▸ Problem to work on
The full data must be written out exactly, with every line included.

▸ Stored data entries
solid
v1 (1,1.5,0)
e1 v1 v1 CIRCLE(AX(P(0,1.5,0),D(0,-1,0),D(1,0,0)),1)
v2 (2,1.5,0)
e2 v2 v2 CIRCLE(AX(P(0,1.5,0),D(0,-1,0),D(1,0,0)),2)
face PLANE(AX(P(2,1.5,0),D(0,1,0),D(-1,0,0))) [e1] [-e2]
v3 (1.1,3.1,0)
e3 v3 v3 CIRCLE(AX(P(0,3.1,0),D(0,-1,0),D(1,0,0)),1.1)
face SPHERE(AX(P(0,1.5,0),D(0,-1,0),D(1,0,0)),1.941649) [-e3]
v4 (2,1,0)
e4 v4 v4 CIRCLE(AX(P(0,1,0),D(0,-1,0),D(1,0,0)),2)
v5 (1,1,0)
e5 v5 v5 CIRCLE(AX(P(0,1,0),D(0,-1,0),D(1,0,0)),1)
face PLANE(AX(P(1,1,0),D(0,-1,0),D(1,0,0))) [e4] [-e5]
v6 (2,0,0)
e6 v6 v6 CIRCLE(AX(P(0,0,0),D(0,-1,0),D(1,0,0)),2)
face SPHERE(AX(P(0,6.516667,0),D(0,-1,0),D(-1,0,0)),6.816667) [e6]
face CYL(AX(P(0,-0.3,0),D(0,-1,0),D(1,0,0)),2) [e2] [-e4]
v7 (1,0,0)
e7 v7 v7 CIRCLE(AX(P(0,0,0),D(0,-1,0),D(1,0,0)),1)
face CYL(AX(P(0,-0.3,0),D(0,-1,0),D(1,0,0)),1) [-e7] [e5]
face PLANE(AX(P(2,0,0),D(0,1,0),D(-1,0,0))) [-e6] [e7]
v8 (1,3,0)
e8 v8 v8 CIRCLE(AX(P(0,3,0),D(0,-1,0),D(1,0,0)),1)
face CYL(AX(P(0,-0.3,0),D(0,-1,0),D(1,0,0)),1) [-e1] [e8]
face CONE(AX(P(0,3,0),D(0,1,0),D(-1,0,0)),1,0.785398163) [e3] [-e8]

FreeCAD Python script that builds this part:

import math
import FreeCAD as App
import Part
import Sketcher
from FreeCAD import Vector
Q = App.Units.Quantity

doc = App.newDocument("Part")
body = doc.addObject("PartDesign::Body", "Body")

# Sketch on XY plane
sketch1 = body.newObject("Sketcher::SketchObject", "Sketch")
sketch1.AttachmentSupport = (doc.getObject("XY_Plane"), [""])
sketch1.MapMode = "FlatFace"
sketch1.addGeometry(Part.LineSegment(Vector(0, 3.441649, 0), Vector(0, -0.3, 0)), False)
sketch1.addGeometry(Part.ArcOfCircle(Part.Circle(Vector(0, 6.516667, 0), Vector(0, 0, 1), 6.816667), math.radians(-90), math.radians(-72.938469)), False)
sketch1.addGeometry(Part.LineSegment(Vector(2, 0, 0), Vector(1, 0, 0)), False)
sketch1.addGeometry(Part.LineSegment(Vector(1, 0, 0), Vector(1, 1, 0)), False)
sketch1.addGeometry(Part.LineSegment(Vector(1, 1, 0), Vector(2, 1, 0)), False)
sketch1.addGeometry(Part.LineSegment(Vector(2, 1, 0), Vector(2, 1.5, 0)), False)
sketch1.addGeometry(Part.LineSegment(Vector(2, 1.5, 0), Vector(1, 1.5, 0)), False)
sketch1.addGeometry(Part.LineSegment(Vector(1, 1.5, 0), Vector(1, 3, 0)), False)
sketch1.addGeometry(Part.LineSegment(Vector(1, 3, 0), Vector(1.1, 3.1, 0)), False)
sketch1.addGeometry(Part.ArcOfCircle(Part.Circle(Vector(0, 1.5, 0), Vector(0, 0, 1), 1.941649), math.radians(55.491477), math.radians(90)), False)
sketch1.addConstraint(Sketcher.Constraint("Coincident", 0, 2, 1, 1))
sketch1.addConstraint(Sketcher.Constraint("Coincident", 1, 2, 2, 1))
sketch1.addConstraint(Sketcher.Constraint("Coincident", 2, 2, 3, 1))
sketch1.addConstraint(Sketcher.Constraint("Coincident", 3, 2, 4, 1))
sketch1.addConstraint(Sketcher.Constraint("Coincident", 4, 2, 5, 1))
sketch1.addConstraint(Sketcher.Constraint("Coincident", 5, 2, 6, 1))
sketch1.addConstraint(Sketcher.Constraint("Coincident", 6, 2, 7, 1))
sketch1.addConstraint(Sketcher.Constraint("Coincident", 7, 2, 8, 1))
sketch1.addConstraint(Sketcher.Constraint("Coincident", 8, 2, 9, 1))
sketch1.addConstraint(Sketcher.Constraint("Coincident", 9, 2, 0, 1))
sketch1.addConstraint(Sketcher.Constraint("Vertical", 0))
sketch1.addConstraint(Sketcher.Constraint("Horizontal", 2))
sketch1.addConstraint(Sketcher.Constraint("Vertical", 3))
sketch1.addConstraint(Sketcher.Constraint("Horizontal", 4))
sketch1.addConstraint(Sketcher.Constraint("Vertical", 5))
sketch1.addConstraint(Sketcher.Constraint("Horizontal", 6))
sketch1.addConstraint(Sketcher.Constraint("Vertical", 7))
sketch1.addConstraint(Sketcher.Constraint("PointOnObject", 1, 3, -2))
sketch1.addConstraint(Sketcher.Constraint("PointOnObject", 9, 3, -2))
sketch1.addConstraint(Sketcher.Constraint("PointOnObject", 0, 2, -2))
sketch1.addConstraint(Sketcher.Constraint("PointOnObject", 1, 2, -1))
sketch1.addConstraint(Sketcher.Constraint("Horizontal", 9, 3, 5, 2))
sketch1.addConstraint(Sketcher.Constraint("Vertical", 1, 2, 4, 2))
sketch1.addConstraint(Sketcher.Constraint("Vertical", 3, 2, 6, 2))
sketch1.addConstraint(Sketcher.Constraint("Equal", 6, 3))
sketch1.addConstraint(Sketcher.Constraint("DistanceX", 2, 2, 2, 1, 1.0))
sketch1.addConstraint(Sketcher.Constraint("Angle", 8, Q("45 deg")))
sketch1.addConstraint(Sketcher.Constraint("DistanceY", 5, 1, 5, 2, 0.5))
sketch1.addConstraint(Sketcher.Constraint("DistanceY", 7, 1, 7, 2, 1.5))
sketch1.addConstraint(Sketcher.Constraint("DistanceX", -1, 1, 1, 2, 2.0))
sketch1.addConstraint(Sketcher.Constraint("DistanceY", 0, 2, -1, 1, 0.3))
sketch1.addConstraint(Sketcher.Constraint("DistanceX", -1, 1, 8, 2, 1.1))
revolution = body.newObject("PartDesign::Revolution", "Revolution")
revolution.Profile = sketch1
revolution.ReferenceAxis = (sketch1, ["V_Axis"])
revolution.Angle = 360

doc.recompute()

▸ Exercise output
solid
v1 (1,1.5,0)
e1 v1 v1 CIRCLE(AX(P(0,1.5,0),D(0,-1,0),D(1,0,0)),1)
v2 (2,1.5,0)
e2 v2 v2 CIRCLE(AX(P(0,1.5,0),D(0,-1,0),D(1,0,0)),2)
face PLANE(AX(P(2,1.5,0),D(0,1,0),D(-1,0,0))) [e1] [-e2]
v3 (1.1,3.1,0)
e3 v3 v3 CIRCLE(AX(P(0,3.1,0),D(0,-1,0),D(1,0,0)),1.1)
face SPHERE(AX(P(0,1.5,0),D(0,-1,0),D(1,0,0)),1.941649) [-e3]
v4 (2,1,0)
e4 v4 v4 CIRCLE(AX(P(0,1,0),D(0,-1,0),D(1,0,0)),2)
v5 (1,1,0)
e5 v5 v5 CIRCLE(AX(P(0,1,0),D(0,-1,0),D(1,0,0)),1)
face PLANE(AX(P(1,1,0),D(0,-1,0),D(1,0,0))) [e4] [-e5]
v6 (2,0,0)
e6 v6 v6 CIRCLE(AX(P(0,0,0),D(0,-1,0),D(1,0,0)),2)
face SPHERE(AX(P(0,6.516667,0),D(0,-1,0),D(-1,0,0)),6.816667) [e6]
face CYL(AX(P(0,-0.3,0),D(0,-1,0),D(1,0,0)),2) [e2] [-e4]
v7 (1,0,0)
e7 v7 v7 CIRCLE(AX(P(0,0,0),D(0,-1,0),D(1,0,0)),1)
face CYL(AX(P(0,-0.3,0),D(0,-1,0),D(1,0,0)),1) [-e7] [e5]
face PLANE(AX(P(2,0,0),D(0,1,0),D(-1,0,0))) [-e6] [e7]
v8 (1,3,0)
e8 v8 v8 CIRCLE(AX(P(0,3,0),D(0,-1,0),D(1,0,0)),1)
face CYL(AX(P(0,-0.3,0),D(0,-1,0),D(1,0,0)),1) [-e1] [e8]
face CONE(AX(P(0,3,0),D(0,1,0),D(-1,0,0)),1,0.785398163) [e3] [-e8]

FreeCAD Python script that builds this part:

import math
import FreeCAD as App
import Part
import Sketcher
from FreeCAD import Vector
Q = App.Units.Quantity

doc = App.newDocument("Part")
body = doc.addObject("PartDesign::Body", "Body")

# Sketch on XY plane
sketch1 = body.newObject("Sketcher::SketchObject", "Sketch")
sketch1.AttachmentSupport = (doc.getObject("XY_Plane"), [""])
sketch1.MapMode = "FlatFace"
sketch1.addGeometry(Part.LineSegment(Vector(0, 3.441649, 0), Vector(0, -0.3, 0)), False)
sketch1.addGeometry(Part.ArcOfCircle(Part.Circle(Vector(0, 6.516667, 0), Vector(0, 0, 1), 6.816667), math.radians(-90), math.radians(-72.938469)), False)
sketch1.addGeometry(Part.LineSegment(Vector(2, 0, 0), Vector(1, 0, 0)), False)
sketch1.addGeometry(Part.LineSegment(Vector(1, 0, 0), Vector(1, 1, 0)), False)
sketch1.addGeometry(Part.LineSegment(Vector(1, 1, 0), Vector(2, 1, 0)), False)
sketch1.addGeometry(Part.LineSegment(Vector(2, 1, 0), Vector(2, 1.5, 0)), False)
sketch1.addGeometry(Part.LineSegment(Vector(2, 1.5, 0), Vector(1, 1.5, 0)), False)
sketch1.addGeometry(Part.LineSegment(Vector(1, 1.5, 0), Vector(1, 3, 0)), False)
sketch1.addGeometry(Part.LineSegment(Vector(1, 3, 0), Vector(1.1, 3.1, 0)), False)
sketch1.addGeometry(Part.ArcOfCircle(Part.Circle(Vector(0, 1.5, 0), Vector(0, 0, 1), 1.941649), math.radians(55.491477), math.radians(90)), False)
sketch1.addConstraint(Sketcher.Constraint("Coincident", 0, 2, 1, 1))
sketch1.addConstraint(Sketcher.Constraint("Coincident", 1, 2, 2, 1))
sketch1.addConstraint(Sketcher.Constraint("Coincident", 2, 2, 3, 1))
sketch1.addConstraint(Sketcher.Constraint("Coincident", 3, 2, 4, 1))
sketch1.addConstraint(Sketcher.Constraint("Coincident", 4, 2, 5, 1))
sketch1.addConstraint(Sketcher.Constraint("Coincident", 5, 2, 6, 1))
sketch1.addConstraint(Sketcher.Constraint("Coincident", 6, 2, 7, 1))
sketch1.addConstraint(Sketcher.Constraint("Coincident", 7, 2, 8, 1))
sketch1.addConstraint(Sketcher.Constraint("Coincident", 8, 2, 9, 1))
sketch1.addConstraint(Sketcher.Constraint("Coincident", 9, 2, 0, 1))
sketch1.addConstraint(Sketcher.Constraint("Vertical", 0))
sketch1.addConstraint(Sketcher.Constraint("Horizontal", 2))
sketch1.addConstraint(Sketcher.Constraint("Vertical", 3))
sketch1.addConstraint(Sketcher.Constraint("Horizontal", 4))
sketch1.addConstraint(Sketcher.Constraint("Vertical", 5))
sketch1.addConstraint(Sketcher.Constraint("Horizontal", 6))
sketch1.addConstraint(Sketcher.Constraint("Vertical", 7))
sketch1.addConstraint(Sketcher.Constraint("PointOnObject", 1, 3, -2))
sketch1.addConstraint(Sketcher.Constraint("PointOnObject", 9, 3, -2))
sketch1.addConstraint(Sketcher.Constraint("PointOnObject", 0, 2, -2))
sketch1.addConstraint(Sketcher.Constraint("PointOnObject", 1, 2, -1))
sketch1.addConstraint(Sketcher.Constraint("Horizontal", 9, 3, 5, 2))
sketch1.addConstraint(Sketcher.Constraint("Vertical", 1, 2, 4, 2))
sketch1.addConstraint(Sketcher.Constraint("Vertical", 3, 2, 6, 2))
sketch1.addConstraint(Sketcher.Constraint("Equal", 6, 3))
sketch1.addConstraint(Sketcher.Constraint("DistanceX", 2, 2, 2, 1, 1.0))
sketch1.addConstraint(Sketcher.Constraint("Angle", 8, Q("45 deg")))
sketch1.addConstraint(Sketcher.Constraint("DistanceY", 5, 1, 5, 2, 0.5))
sketch1.addConstraint(Sketcher.Constraint("DistanceY", 7, 1, 7, 2, 1.5))
sketch1.addConstraint(Sketcher.Constraint("DistanceX", -1, 1, 1, 2, 2.0))
sketch1.addConstraint(Sketcher.Constraint("DistanceY", 0, 2, -1, 1, 0.3))
sketch1.addConstraint(Sketcher.Constraint("DistanceX", -1, 1, 8, 2, 1.1))
revolution = body.newObject("PartDesign::Revolution", "Revolution")
revolution.Profile = sketch1
revolution.ReferenceAxis = (sketch1, ["V_Axis"])
revolution.Angle = 360

doc.recompute()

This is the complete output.